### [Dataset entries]
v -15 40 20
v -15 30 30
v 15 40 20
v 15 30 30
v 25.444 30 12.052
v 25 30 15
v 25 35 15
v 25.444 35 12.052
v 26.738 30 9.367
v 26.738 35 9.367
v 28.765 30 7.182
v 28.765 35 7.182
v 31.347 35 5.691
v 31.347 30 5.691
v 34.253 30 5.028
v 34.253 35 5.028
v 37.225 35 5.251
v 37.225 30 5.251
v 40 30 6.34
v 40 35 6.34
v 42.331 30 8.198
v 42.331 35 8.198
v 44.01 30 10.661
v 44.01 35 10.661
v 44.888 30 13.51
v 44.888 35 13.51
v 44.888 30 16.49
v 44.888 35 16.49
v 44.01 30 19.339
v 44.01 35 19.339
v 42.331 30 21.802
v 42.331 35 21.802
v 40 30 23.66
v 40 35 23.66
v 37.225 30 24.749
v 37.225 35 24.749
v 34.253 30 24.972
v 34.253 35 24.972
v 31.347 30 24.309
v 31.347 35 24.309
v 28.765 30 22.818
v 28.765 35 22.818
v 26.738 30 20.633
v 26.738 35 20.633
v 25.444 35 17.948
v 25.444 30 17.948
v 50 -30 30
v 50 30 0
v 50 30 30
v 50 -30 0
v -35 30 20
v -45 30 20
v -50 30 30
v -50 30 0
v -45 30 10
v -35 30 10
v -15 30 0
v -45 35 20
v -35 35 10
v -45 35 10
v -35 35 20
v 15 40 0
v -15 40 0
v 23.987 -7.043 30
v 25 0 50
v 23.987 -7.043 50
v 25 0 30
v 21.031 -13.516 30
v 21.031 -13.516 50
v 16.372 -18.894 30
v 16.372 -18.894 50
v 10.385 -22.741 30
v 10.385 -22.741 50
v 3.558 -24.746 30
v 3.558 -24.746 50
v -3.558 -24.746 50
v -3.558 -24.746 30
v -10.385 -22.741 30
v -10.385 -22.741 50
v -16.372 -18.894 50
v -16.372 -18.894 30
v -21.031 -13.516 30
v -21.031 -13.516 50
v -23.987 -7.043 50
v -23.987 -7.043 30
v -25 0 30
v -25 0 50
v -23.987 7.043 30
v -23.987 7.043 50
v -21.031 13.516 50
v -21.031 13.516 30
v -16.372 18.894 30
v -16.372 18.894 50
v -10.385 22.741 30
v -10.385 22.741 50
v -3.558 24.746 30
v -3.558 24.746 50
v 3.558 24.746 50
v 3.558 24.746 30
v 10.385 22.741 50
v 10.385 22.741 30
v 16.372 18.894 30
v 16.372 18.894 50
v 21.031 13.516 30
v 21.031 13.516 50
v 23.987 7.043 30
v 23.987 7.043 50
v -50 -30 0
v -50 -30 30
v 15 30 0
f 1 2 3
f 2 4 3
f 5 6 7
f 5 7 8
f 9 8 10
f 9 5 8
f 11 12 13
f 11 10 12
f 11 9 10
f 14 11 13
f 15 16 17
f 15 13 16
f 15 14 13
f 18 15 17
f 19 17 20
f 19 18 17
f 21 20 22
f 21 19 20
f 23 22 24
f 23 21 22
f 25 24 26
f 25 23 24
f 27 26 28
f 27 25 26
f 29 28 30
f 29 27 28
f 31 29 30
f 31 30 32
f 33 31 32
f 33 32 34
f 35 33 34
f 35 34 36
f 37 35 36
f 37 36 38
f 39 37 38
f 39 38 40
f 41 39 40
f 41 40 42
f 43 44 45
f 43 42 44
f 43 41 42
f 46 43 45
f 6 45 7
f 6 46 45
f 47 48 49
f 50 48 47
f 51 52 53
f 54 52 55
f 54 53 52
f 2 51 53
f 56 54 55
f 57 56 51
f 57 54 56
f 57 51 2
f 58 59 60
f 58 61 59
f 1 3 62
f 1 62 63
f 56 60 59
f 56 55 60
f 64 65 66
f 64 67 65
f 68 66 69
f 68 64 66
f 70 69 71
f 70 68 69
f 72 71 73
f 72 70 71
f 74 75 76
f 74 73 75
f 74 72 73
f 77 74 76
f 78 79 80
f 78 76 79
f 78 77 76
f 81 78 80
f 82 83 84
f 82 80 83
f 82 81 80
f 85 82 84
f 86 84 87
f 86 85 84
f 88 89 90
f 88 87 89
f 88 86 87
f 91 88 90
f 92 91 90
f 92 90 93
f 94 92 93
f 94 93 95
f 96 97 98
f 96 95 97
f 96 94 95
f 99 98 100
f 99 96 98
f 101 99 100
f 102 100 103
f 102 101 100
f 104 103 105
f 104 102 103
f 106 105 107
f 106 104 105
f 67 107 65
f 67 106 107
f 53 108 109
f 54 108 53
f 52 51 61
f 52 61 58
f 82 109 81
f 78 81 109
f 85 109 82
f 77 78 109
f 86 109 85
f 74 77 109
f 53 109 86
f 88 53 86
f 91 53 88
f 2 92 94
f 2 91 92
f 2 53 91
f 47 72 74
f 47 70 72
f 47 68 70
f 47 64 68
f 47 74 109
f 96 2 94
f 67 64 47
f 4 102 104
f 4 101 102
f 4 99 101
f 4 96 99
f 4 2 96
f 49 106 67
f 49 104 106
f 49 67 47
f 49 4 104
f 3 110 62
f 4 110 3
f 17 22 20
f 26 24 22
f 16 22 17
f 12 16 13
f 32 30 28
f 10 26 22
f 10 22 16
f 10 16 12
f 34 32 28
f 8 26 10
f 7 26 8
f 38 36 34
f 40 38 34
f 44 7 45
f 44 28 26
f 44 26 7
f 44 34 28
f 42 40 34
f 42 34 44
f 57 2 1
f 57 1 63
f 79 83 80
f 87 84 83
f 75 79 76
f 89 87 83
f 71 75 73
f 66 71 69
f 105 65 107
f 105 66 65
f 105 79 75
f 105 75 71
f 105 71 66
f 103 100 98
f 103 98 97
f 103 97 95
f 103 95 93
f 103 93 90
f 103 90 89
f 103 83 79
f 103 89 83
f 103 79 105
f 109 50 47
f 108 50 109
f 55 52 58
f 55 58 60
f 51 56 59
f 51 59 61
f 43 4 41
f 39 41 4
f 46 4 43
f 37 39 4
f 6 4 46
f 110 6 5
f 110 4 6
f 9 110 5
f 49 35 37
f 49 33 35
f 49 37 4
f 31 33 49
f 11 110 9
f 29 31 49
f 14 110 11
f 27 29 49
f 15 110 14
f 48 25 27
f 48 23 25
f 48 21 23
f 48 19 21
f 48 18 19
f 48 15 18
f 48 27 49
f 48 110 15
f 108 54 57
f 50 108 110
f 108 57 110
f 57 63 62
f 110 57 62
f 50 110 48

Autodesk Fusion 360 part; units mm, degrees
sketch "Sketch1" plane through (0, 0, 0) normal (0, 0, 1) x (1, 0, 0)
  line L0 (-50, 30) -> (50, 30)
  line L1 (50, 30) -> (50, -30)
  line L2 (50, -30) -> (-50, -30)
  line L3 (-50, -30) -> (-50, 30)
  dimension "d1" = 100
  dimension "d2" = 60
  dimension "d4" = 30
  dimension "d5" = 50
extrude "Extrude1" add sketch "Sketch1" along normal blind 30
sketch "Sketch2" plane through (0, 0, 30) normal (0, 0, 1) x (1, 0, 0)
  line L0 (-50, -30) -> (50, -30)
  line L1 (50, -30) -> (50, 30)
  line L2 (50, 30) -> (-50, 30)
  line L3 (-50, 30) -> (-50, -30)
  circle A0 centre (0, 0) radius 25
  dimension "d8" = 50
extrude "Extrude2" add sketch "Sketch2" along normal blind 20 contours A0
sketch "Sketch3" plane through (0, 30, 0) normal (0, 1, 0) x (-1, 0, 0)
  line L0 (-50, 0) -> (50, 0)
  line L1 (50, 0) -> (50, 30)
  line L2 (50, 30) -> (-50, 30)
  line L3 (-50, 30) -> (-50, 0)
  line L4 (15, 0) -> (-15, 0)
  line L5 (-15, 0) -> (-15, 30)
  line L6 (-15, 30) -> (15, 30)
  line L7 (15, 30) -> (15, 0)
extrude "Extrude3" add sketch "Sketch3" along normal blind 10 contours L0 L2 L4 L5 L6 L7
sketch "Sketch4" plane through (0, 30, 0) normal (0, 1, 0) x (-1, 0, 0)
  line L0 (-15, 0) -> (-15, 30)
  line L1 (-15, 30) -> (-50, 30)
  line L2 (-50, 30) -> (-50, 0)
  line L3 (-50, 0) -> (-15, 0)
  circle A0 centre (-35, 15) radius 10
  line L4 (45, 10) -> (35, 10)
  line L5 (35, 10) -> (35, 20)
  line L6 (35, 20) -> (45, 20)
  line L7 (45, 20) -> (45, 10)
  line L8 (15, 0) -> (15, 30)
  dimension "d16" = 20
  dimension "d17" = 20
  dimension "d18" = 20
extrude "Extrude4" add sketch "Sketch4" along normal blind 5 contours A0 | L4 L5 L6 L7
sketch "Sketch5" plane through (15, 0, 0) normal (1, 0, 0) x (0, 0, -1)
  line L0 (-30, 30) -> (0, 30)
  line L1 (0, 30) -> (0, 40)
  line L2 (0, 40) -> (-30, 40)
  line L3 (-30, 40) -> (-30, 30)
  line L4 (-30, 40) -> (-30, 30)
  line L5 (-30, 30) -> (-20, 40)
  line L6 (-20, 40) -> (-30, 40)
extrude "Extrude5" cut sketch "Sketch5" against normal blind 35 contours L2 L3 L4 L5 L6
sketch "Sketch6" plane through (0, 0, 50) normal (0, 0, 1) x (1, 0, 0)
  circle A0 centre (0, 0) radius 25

### [TASK PROMPT]
Your answer consists solely of the lines from the top of the records above through the line that contains "v -21.031 -13.516 30", each echoed exactly.

### [SOLUTION FOR THIS PROBLEM]
v -15 40 20
v -15 30 30
v 15 40 20
v 15 30 30
v 25.444 30 12.052
v 25 30 15
v 25 35 15
v 25.444 35 12.052
v 26.738 30 9.367
v 26.738 35 9.367
v 28.765 30 7.182
v 28.765 35 7.182
v 31.347 35 5.691
v 31.347 30 5.691
v 34.253 30 5.028
v 34.253 35 5.028
v 37.225 35 5.251
v 37.225 30 5.251
v 40 30 6.34
v 40 35 6.34
v 42.331 30 8.198
v 42.331 35 8.198
v 44.01 30 10.661
v 44.01 35 10.661
v 44.888 30 13.51
v 44.888 35 13.51
v 44.888 30 16.49
v 44.888 35 16.49
v 44.01 30 19.339
v 44.01 35 19.339
v 42.331 30 21.802
v 42.331 35 21.802
v 40 30 23.66
v 40 35 23.66
v 37.225 30 24.749
v 37.225 35 24.749
v 34.253 30 24.972
v 34.253 35 24.972
v 31.347 30 24.309
v 31.347 35 24.309
v 28.765 30 22.818
v 28.765 35 22.818
v 26.738 30 20.633
v 26.738 35 20.633
v 25.444 35 17.948
v 25.444 30 17.948
v 50 -30 30
v 50 30 0
v 50 30 30
v 50 -30 0
v -35 30 20
v -45 30 20
v -50 30 30
v -50 30 0
v -45 30 10
v -35 30 10
v -15 30 0
v -45 35 20
v -35 35 10
v -45 35 10
v -35 35 20
v 15 40 0
v -15 40 0
v 23.987 -7.043 30
v 25 0 50
v 23.987 -7.043 50
v 25 0 30
v 21.031 -13.516 30
v 21.031 -13.516 50
v 16.372 -18.894 30
v 16.372 -18.894 50
v 10.385 -22.741 30
v 10.385 -22.741 50
v 3.558 -24.746 30
v 3.558 -24.746 50
v -3.558 -24.746 50
v -3.558 -24.746 30
v -10.385 -22.741 30
v -10.385 -22.741 50
v -16.372 -18.894 50
v -16.372 -18.894 30
v -21.031 -13.516 30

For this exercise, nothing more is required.